▸ TASK ITEM: Here is a block of entries. Write out its lines exactly, from the first through the one containing "v -16.071 1.27 -30.48".

▸ EXERCISE INPUTS:
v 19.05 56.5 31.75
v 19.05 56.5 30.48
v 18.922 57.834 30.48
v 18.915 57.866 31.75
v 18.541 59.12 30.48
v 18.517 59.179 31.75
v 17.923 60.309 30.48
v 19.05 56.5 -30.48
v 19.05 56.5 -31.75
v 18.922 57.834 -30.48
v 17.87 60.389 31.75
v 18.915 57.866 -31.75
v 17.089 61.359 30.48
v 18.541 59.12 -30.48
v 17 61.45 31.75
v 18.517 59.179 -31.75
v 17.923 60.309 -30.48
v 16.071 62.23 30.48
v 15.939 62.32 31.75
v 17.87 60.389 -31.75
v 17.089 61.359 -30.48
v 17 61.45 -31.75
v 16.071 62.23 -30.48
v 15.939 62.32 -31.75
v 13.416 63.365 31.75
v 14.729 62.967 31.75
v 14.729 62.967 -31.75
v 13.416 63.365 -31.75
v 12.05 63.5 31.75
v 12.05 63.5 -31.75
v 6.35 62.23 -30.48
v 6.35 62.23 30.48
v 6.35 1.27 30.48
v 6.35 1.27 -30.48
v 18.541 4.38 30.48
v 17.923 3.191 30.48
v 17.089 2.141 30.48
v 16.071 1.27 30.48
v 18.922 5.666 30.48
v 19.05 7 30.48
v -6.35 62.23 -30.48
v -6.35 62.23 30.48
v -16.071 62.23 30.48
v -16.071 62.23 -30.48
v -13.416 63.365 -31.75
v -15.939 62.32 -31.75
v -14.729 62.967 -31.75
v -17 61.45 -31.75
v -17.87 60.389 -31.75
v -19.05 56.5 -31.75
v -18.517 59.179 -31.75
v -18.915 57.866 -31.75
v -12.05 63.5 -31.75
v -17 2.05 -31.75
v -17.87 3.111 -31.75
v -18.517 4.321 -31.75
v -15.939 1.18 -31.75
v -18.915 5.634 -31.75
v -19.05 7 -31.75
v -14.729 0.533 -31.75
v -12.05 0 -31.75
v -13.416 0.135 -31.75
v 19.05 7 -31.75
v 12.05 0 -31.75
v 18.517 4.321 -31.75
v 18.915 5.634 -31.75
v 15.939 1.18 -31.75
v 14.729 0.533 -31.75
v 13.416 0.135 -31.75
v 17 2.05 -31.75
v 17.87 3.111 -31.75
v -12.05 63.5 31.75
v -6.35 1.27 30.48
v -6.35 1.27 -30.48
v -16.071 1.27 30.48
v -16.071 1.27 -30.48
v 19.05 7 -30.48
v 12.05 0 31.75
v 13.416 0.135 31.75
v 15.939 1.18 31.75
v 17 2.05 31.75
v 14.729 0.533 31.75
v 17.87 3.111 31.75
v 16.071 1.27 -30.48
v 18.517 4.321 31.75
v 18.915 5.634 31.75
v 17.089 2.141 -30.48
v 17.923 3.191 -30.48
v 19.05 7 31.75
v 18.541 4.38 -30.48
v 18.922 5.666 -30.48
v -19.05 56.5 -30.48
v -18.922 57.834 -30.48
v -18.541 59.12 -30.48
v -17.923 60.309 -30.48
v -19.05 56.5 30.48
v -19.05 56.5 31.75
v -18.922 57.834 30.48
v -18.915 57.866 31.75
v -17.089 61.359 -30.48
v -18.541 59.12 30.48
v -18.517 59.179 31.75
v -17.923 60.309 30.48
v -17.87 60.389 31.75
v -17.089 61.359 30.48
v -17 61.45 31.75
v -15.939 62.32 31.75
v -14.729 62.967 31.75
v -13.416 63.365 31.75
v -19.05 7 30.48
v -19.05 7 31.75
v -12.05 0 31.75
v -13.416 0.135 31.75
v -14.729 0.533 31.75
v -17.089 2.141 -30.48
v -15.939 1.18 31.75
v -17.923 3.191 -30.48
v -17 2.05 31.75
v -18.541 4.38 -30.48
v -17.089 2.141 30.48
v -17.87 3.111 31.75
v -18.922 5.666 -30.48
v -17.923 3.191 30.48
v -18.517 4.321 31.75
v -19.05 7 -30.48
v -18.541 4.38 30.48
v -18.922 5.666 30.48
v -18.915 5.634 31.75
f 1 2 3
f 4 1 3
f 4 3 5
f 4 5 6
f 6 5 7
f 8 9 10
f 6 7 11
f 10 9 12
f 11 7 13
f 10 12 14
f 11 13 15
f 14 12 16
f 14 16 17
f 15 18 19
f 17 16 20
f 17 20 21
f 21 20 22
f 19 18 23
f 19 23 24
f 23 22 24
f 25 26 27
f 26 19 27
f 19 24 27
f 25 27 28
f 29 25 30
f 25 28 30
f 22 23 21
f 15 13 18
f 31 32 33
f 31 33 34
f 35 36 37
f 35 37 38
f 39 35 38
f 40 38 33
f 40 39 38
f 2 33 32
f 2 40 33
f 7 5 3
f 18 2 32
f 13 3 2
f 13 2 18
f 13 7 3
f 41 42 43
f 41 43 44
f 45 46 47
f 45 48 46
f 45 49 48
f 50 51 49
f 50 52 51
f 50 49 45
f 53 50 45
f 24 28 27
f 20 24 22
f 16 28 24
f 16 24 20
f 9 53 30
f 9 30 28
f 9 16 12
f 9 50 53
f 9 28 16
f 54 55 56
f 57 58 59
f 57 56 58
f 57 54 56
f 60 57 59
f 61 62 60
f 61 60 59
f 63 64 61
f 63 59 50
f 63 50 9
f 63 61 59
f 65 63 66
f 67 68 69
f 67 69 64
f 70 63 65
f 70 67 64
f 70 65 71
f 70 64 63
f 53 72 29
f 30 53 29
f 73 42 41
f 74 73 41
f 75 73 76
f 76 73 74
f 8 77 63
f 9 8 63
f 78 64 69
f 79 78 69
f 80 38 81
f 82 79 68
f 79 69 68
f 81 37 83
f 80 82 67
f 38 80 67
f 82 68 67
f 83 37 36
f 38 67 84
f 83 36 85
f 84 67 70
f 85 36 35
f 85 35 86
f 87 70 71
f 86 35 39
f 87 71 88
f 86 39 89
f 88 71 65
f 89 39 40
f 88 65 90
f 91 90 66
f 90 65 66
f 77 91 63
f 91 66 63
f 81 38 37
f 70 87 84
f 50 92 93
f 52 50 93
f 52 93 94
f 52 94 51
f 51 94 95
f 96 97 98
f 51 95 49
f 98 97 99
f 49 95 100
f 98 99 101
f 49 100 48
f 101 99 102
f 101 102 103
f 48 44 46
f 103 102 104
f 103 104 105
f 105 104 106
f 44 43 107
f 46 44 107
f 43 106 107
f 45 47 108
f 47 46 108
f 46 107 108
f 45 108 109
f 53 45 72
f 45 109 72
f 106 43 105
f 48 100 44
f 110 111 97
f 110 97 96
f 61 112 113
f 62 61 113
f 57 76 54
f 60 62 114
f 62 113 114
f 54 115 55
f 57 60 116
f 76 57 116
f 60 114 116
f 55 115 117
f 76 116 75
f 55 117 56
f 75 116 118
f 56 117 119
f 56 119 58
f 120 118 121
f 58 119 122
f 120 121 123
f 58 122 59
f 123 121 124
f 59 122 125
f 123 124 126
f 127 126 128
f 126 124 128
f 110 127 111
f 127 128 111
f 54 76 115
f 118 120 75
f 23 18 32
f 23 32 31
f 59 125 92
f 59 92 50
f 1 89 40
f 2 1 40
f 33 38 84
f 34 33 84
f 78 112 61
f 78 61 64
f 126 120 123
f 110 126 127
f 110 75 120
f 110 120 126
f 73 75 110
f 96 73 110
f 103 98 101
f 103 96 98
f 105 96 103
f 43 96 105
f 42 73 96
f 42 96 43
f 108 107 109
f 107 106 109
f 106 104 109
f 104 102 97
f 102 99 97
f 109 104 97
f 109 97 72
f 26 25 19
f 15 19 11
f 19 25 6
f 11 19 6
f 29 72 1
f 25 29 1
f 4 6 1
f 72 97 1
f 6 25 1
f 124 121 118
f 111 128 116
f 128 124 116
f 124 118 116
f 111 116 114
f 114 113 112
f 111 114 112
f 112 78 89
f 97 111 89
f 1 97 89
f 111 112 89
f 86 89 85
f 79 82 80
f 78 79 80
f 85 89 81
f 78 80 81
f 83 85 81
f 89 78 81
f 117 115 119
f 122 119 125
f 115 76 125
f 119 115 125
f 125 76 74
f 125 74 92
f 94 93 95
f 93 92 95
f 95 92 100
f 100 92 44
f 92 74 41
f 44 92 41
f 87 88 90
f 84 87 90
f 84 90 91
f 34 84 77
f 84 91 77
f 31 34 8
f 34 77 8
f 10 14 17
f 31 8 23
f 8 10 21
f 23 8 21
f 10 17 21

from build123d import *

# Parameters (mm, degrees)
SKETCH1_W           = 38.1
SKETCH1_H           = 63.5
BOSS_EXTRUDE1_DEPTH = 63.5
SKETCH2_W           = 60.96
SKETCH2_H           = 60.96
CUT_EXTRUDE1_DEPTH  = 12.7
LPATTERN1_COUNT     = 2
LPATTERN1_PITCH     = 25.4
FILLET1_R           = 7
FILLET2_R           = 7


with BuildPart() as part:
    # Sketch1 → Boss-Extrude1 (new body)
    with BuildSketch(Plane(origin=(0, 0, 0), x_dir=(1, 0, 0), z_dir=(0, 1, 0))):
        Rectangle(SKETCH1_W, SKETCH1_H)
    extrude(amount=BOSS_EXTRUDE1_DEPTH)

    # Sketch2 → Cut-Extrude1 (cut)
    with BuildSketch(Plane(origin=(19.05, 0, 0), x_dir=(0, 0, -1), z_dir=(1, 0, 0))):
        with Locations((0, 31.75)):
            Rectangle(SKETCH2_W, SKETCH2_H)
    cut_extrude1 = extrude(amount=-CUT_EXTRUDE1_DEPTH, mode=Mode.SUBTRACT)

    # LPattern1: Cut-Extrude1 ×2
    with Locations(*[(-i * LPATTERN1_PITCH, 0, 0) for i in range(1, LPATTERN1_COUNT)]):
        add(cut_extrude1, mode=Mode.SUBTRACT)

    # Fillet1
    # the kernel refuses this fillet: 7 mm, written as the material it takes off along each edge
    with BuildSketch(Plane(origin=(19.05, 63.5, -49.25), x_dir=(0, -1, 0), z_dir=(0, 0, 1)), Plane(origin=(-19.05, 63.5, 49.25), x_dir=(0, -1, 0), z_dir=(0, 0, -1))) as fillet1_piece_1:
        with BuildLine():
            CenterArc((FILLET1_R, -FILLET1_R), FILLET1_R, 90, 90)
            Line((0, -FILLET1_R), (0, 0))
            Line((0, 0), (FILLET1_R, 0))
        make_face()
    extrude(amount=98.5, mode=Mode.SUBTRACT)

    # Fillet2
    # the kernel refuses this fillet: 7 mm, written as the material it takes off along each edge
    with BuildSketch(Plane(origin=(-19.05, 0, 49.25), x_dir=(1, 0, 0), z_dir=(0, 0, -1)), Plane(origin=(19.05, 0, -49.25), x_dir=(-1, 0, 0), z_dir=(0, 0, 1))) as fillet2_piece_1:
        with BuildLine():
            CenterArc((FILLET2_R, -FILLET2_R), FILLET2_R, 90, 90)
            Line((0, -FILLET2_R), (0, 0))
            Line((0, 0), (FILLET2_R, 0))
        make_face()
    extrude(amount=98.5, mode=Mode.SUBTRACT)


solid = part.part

▸ REPLY TO THE TASK:
v 19.05 56.5 31.75
v 19.05 56.5 30.48
v 18.922 57.834 30.48
v 18.915 57.866 31.75
v 18.541 59.12 30.48
v 18.517 59.179 31.75
v 17.923 60.309 30.48
v 19.05 56.5 -30.48
v 19.05 56.5 -31.75
v 18.922 57.834 -30.48
v 17.87 60.389 31.75
v 18.915 57.866 -31.75
v 17.089 61.359 30.48
v 18.541 59.12 -30.48
v 17 61.45 31.75
v 18.517 59.179 -31.75
v 17.923 60.309 -30.48
v 16.071 62.23 30.48
v 15.939 62.32 31.75
v 17.87 60.389 -31.75
v 17.089 61.359 -30.48
v 17 61.45 -31.75
v 16.071 62.23 -30.48
v 15.939 62.32 -31.75
v 13.416 63.365 31.75
v 14.729 62.967 31.75
v 14.729 62.967 -31.75
v 13.416 63.365 -31.75
v 12.05 63.5 31.75
v 12.05 63.5 -31.75
v 6.35 62.23 -30.48
v 6.35 62.23 30.48
v 6.35 1.27 30.48
v 6.35 1.27 -30.48
v 18.541 4.38 30.48
v 17.923 3.191 30.48
v 17.089 2.141 30.48
v 16.071 1.27 30.48
v 18.922 5.666 30.48
v 19.05 7 30.48
v -6.35 62.23 -30.48
v -6.35 62.23 30.48
v -16.071 62.23 30.48
v -16.071 62.23 -30.48
v -13.416 63.365 -31.75
v -15.939 62.32 -31.75
v -14.729 62.967 -31.75
v -17 61.45 -31.75
v -17.87 60.389 -31.75
v -19.05 56.5 -31.75
v -18.517 59.179 -31.75
v -18.915 57.866 -31.75
v -12.05 63.5 -31.75
v -17 2.05 -31.75
v -17.87 3.111 -31.75
v -18.517 4.321 -31.75
v -15.939 1.18 -31.75
v -18.915 5.634 -31.75
v -19.05 7 -31.75
v -14.729 0.533 -31.75
v -12.05 0 -31.75
v -13.416 0.135 -31.75
v 19.05 7 -31.75
v 12.05 0 -31.75
v 18.517 4.321 -31.75
v 18.915 5.634 -31.75
v 15.939 1.18 -31.75
v 14.729 0.533 -31.75
v 13.416 0.135 -31.75
v 17 2.05 -31.75
v 17.87 3.111 -31.75
v -12.05 63.5 31.75
v -6.35 1.27 30.48
v -6.35 1.27 -30.48
v -16.071 1.27 30.48
v -16.071 1.27 -30.48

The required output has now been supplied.